__Entries shown__.
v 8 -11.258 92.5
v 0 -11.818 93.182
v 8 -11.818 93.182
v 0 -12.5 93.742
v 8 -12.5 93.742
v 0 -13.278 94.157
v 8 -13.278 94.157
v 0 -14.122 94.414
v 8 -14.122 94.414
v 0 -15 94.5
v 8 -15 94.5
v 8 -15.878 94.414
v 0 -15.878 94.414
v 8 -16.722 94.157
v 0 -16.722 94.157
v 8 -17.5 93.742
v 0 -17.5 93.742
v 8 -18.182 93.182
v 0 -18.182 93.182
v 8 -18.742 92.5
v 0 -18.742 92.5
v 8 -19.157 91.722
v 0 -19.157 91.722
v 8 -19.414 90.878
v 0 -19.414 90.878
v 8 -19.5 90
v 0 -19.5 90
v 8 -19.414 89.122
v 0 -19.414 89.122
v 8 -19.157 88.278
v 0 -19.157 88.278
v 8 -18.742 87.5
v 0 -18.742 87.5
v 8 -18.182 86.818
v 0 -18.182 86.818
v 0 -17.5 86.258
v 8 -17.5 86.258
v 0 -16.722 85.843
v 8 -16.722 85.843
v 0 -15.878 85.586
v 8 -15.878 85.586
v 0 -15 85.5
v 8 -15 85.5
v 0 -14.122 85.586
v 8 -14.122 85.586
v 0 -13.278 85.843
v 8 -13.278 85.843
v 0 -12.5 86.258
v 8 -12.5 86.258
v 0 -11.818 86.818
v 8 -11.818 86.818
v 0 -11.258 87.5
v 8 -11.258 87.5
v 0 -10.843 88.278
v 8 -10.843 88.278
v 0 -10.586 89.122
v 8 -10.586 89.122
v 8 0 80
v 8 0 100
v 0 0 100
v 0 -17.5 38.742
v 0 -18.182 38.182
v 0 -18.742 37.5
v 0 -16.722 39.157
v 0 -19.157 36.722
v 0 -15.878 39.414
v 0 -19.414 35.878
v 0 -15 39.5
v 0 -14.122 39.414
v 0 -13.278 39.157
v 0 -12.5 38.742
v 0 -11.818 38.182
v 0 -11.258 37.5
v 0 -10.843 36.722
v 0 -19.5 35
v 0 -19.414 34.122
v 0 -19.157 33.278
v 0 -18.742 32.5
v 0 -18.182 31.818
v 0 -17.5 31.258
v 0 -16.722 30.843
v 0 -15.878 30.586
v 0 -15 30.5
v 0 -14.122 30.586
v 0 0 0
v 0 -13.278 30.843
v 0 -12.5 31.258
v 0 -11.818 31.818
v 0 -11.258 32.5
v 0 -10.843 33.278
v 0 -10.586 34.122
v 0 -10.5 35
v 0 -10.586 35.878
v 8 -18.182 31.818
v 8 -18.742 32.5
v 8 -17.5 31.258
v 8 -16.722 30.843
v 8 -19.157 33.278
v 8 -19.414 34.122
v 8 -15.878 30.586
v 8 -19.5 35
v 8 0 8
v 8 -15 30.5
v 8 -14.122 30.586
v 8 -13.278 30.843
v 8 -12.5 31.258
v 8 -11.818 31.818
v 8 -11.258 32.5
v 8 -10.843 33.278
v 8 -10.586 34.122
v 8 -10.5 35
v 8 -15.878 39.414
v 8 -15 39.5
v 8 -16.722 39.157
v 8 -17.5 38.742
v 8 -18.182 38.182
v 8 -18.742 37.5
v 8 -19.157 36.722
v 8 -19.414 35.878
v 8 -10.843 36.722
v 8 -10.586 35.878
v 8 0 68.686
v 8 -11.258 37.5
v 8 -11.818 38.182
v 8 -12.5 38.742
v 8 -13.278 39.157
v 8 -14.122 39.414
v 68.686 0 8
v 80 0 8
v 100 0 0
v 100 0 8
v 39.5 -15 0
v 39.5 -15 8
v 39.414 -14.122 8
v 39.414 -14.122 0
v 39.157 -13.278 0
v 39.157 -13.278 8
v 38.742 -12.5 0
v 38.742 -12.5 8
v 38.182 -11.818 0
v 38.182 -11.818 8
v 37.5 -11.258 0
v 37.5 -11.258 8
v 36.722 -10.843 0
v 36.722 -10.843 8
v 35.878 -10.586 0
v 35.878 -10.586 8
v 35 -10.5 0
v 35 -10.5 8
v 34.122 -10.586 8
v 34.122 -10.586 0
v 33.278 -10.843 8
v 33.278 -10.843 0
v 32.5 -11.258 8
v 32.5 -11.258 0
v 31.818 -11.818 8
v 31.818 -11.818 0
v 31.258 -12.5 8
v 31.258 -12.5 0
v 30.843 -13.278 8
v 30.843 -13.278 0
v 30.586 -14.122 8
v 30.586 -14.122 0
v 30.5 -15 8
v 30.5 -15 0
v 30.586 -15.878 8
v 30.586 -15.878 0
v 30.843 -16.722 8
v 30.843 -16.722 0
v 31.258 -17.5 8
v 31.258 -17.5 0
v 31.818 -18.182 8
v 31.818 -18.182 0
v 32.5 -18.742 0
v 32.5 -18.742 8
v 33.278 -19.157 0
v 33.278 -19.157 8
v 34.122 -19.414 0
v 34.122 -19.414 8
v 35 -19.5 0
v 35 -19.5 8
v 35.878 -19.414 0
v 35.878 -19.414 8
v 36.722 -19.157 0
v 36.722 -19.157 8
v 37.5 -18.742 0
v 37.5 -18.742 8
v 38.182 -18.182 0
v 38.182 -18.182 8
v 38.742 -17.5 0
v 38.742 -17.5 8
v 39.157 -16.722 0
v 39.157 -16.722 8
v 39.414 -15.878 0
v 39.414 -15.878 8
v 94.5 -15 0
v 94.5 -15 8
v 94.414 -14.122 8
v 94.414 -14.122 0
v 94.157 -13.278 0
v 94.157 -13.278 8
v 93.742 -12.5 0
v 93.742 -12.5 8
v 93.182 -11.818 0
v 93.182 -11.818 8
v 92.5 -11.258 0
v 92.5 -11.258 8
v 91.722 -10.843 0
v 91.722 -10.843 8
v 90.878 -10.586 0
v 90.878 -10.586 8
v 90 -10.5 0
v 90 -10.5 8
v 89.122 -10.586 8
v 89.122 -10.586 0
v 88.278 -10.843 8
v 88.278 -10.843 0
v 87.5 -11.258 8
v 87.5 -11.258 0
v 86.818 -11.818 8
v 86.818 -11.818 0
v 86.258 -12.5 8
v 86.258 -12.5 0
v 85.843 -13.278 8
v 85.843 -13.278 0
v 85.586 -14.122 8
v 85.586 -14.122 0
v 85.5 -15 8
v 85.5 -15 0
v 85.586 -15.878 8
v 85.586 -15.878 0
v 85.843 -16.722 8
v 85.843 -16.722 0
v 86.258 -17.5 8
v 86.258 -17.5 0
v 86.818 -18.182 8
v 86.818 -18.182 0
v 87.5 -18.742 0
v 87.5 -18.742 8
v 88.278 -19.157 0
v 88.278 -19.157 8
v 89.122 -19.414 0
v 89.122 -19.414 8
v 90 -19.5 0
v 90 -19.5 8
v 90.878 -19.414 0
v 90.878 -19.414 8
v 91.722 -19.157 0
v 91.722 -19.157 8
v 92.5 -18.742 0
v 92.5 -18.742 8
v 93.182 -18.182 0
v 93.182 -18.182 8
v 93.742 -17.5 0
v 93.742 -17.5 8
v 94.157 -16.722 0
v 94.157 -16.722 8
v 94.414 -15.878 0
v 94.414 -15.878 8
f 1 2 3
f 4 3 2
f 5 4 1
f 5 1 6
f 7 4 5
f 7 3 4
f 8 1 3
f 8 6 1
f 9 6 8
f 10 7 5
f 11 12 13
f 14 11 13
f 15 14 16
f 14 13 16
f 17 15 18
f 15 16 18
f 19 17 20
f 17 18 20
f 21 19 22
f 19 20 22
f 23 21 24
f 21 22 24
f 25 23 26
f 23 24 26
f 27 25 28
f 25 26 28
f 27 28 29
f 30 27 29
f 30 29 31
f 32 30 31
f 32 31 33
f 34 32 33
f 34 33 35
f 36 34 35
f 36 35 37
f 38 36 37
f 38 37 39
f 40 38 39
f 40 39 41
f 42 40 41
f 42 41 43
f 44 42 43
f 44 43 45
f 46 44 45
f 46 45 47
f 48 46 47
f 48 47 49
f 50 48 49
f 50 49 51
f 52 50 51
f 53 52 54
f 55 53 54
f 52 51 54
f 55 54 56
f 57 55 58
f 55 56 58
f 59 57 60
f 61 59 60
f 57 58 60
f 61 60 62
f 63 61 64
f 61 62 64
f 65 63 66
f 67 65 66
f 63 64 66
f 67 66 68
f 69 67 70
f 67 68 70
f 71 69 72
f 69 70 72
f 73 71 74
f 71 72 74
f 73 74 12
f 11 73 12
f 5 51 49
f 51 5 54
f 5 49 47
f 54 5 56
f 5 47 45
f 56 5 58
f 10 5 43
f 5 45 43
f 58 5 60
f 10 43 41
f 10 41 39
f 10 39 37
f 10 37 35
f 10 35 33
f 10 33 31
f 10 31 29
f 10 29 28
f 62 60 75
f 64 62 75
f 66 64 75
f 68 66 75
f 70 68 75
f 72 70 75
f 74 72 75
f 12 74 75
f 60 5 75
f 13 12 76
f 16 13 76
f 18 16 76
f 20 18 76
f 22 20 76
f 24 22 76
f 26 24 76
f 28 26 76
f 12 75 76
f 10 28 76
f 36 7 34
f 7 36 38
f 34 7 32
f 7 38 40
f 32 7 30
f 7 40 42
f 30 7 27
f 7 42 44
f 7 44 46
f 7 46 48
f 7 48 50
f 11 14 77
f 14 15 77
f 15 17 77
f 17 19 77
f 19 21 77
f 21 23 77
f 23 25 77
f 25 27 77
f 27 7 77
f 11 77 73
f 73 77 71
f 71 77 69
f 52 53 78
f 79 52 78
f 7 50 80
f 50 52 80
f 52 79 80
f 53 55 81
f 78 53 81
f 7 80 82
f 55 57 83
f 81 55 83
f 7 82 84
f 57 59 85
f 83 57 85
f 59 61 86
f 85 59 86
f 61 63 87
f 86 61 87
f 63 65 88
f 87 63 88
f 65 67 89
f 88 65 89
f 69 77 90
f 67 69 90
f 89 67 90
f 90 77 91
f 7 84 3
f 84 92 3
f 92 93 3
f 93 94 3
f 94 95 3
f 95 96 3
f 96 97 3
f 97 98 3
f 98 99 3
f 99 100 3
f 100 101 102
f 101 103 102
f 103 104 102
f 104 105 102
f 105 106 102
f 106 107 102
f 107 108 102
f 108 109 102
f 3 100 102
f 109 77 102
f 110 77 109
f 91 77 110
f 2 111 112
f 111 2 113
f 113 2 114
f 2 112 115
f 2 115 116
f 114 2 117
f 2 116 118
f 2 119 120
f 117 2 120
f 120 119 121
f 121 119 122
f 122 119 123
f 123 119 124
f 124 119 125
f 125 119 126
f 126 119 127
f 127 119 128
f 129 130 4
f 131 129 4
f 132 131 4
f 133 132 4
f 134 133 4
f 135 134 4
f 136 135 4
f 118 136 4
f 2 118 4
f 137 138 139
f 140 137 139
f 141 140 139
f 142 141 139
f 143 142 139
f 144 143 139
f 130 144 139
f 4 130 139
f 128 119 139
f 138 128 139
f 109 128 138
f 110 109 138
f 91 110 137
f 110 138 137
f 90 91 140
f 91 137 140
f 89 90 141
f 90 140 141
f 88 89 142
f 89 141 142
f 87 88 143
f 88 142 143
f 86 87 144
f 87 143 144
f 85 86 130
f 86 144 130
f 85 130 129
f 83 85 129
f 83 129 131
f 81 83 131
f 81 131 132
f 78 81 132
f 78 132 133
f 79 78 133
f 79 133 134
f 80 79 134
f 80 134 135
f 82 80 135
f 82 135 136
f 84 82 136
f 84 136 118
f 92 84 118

__What this task involves__.
What is asked for is an exact copy of the lines above from the one containing "v 0 -19.414 35.878" through the one containing "v 8 -18.742 32.5", and only those.

__Written reply__.
v 0 -19.414 35.878
v 0 -15 39.5
v 0 -14.122 39.414
v 0 -13.278 39.157
v 0 -12.5 38.742
v 0 -11.818 38.182
v 0 -11.258 37.5
v 0 -10.843 36.722
v 0 -19.5 35
v 0 -19.414 34.122
v 0 -19.157 33.278
v 0 -18.742 32.5
v 0 -18.182 31.818
v 0 -17.5 31.258
v 0 -16.722 30.843
v 0 -15.878 30.586
v 0 -15 30.5
v 0 -14.122 30.586
v 0 0 0
v 0 -13.278 30.843
v 0 -12.5 31.258
v 0 -11.818 31.818
v 0 -11.258 32.5
v 0 -10.843 33.278
v 0 -10.586 34.122
v 0 -10.5 35
v 0 -10.586 35.878
v 8 -18.182 31.818
v 8 -18.742 32.5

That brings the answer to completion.